[Dataset entries]
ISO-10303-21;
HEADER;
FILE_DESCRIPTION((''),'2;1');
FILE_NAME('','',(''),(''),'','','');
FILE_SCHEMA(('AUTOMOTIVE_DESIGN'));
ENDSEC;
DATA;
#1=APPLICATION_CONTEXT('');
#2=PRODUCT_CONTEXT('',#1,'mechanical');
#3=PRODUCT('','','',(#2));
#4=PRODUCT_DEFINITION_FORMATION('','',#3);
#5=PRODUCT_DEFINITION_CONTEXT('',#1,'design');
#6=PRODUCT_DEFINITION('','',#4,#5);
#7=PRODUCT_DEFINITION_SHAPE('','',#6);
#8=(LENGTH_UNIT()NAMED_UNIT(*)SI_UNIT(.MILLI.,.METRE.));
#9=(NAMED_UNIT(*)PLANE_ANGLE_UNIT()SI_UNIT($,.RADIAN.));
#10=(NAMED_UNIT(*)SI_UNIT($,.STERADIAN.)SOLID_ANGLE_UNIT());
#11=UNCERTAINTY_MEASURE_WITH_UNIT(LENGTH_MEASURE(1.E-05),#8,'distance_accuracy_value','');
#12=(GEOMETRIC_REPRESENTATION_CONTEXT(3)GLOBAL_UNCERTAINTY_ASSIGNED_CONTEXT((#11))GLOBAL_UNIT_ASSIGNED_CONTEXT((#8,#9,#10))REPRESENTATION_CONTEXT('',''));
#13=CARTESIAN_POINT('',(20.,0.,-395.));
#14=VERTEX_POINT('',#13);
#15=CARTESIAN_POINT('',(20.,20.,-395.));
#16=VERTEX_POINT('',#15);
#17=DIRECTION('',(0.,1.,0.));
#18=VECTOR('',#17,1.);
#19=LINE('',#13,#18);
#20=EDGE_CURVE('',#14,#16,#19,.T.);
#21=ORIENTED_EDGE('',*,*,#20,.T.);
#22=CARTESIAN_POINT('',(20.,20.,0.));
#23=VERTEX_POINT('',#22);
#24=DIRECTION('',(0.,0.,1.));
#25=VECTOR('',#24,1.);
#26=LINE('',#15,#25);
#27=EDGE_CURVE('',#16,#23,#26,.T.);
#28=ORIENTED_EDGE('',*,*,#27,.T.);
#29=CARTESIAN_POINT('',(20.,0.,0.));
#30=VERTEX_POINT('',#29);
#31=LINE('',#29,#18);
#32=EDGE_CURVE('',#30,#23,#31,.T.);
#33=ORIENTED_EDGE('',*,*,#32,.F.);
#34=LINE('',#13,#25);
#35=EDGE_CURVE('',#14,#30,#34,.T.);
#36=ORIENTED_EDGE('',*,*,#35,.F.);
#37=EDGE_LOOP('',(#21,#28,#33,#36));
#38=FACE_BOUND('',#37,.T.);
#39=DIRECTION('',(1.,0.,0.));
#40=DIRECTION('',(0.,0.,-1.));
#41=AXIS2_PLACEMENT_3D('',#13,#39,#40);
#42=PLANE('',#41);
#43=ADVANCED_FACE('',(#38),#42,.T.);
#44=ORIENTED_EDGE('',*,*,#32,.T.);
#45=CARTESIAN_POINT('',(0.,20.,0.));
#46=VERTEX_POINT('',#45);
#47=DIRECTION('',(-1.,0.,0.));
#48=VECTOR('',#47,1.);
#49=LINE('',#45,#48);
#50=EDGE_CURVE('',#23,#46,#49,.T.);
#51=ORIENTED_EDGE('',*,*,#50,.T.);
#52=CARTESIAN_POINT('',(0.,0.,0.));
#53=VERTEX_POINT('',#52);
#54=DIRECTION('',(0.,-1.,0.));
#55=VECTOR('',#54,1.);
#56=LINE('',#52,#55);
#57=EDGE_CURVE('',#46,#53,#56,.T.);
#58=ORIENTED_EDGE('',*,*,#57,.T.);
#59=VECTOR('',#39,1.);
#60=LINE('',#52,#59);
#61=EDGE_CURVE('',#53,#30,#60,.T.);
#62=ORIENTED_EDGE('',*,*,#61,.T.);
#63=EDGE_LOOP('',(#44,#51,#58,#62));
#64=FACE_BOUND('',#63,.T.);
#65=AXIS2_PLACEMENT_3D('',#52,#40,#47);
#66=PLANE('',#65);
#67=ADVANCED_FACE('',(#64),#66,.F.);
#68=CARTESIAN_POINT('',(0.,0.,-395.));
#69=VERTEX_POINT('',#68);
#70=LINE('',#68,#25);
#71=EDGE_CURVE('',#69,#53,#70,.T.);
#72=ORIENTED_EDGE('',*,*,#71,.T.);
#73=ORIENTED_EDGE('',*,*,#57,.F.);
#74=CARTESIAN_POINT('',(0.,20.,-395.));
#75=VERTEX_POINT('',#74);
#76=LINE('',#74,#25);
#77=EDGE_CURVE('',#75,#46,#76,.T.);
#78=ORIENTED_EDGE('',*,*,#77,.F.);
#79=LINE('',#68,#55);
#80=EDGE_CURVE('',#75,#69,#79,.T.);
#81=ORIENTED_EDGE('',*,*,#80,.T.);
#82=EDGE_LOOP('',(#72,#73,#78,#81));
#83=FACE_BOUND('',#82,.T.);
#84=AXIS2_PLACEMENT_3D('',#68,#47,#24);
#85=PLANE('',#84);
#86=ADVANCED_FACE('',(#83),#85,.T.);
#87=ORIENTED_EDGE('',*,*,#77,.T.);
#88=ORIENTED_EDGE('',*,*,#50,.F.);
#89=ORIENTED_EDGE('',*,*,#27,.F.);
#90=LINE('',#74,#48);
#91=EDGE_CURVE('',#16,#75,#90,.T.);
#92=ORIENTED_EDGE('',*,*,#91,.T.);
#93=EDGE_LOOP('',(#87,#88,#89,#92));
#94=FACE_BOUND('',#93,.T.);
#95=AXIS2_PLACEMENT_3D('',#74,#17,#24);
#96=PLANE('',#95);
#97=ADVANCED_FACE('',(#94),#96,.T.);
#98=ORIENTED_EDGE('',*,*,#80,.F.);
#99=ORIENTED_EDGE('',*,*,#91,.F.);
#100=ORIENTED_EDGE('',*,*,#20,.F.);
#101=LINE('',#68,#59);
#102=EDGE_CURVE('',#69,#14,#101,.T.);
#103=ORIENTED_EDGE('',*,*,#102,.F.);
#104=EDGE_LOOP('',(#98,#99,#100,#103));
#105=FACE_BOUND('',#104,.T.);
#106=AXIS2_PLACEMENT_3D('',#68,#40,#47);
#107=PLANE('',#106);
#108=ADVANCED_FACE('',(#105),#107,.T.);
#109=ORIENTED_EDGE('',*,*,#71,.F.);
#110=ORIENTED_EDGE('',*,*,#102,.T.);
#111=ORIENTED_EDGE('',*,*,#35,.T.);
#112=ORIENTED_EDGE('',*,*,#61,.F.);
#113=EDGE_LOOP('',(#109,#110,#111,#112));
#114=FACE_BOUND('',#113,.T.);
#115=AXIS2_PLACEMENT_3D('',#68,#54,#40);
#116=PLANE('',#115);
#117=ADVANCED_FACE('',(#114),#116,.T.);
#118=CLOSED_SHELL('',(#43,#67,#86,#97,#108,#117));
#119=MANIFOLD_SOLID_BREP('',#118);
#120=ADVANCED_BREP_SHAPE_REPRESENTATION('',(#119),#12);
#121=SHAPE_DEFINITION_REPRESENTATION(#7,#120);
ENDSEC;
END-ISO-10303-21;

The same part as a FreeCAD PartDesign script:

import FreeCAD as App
import Part
import Sketcher
from FreeCAD import Vector


def add_polygon(sketch, points):
    """Adds a closed chain of lines whose ends are joined by coincident constraints."""
    first, n = sketch.GeometryCount, len(points)
    for a, b in zip(points, points[1:] + points[:1]):
        sketch.addGeometry(Part.LineSegment(App.Vector(*a, 0), App.Vector(*b, 0)), False)
    for i in range(n):
        sketch.addConstraint(Sketcher.Constraint("Coincident", first + i, 2, first + (i + 1) % n, 1))

doc = App.newDocument("Part")
body = doc.addObject("PartDesign::Body", "Body")

# Sketch on XY plane
sketch1 = body.newObject("Sketcher::SketchObject", "Sketch")
sketch1.AttachmentSupport = (doc.getObject("XY_Plane"), [""])
sketch1.MapMode = "FlatFace"
add_polygon(sketch1, [(0, 20), (0, 0), (20, 0), (20, 20)])  # lines 0-3
sketch1.addConstraint([
    Sketcher.Constraint("Vertical", 0),
    Sketcher.Constraint("Horizontal", 1),
    Sketcher.Constraint("Vertical", 2),
    Sketcher.Constraint("Horizontal", 3),
    Sketcher.Constraint("Coincident", 0, 2, -1, 1),
    Sketcher.Constraint("Equal", 3, 0),
    Sketcher.Constraint("DistanceX", 1, 1, 1, 2, 20.0),
])
pad1 = body.newObject("PartDesign::Pad", "Pad")
pad1.Profile = sketch1
pad1.Length = 395
pad1.Reversed = True

doc.recompute()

INSTRUCTIONS TO FOLLOW: Please copy only the lines between the first line of the entries and the line with "#5=PRODUCT_DEFINITION_CONTEXT('',#1,'design');", keeping those two end lines as well, exactly as written.

WORKED SOLUTION:
ISO-10303-21;
HEADER;
FILE_DESCRIPTION((''),'2;1');
FILE_NAME('','',(''),(''),'','','');
FILE_SCHEMA(('AUTOMOTIVE_DESIGN'));
ENDSEC;
DATA;
#1=APPLICATION_CONTEXT('');
#2=PRODUCT_CONTEXT('',#1,'mechanical');
#3=PRODUCT('','','',(#2));
#4=PRODUCT_DEFINITION_FORMATION('','',#3);
#5=PRODUCT_DEFINITION_CONTEXT('',#1,'design');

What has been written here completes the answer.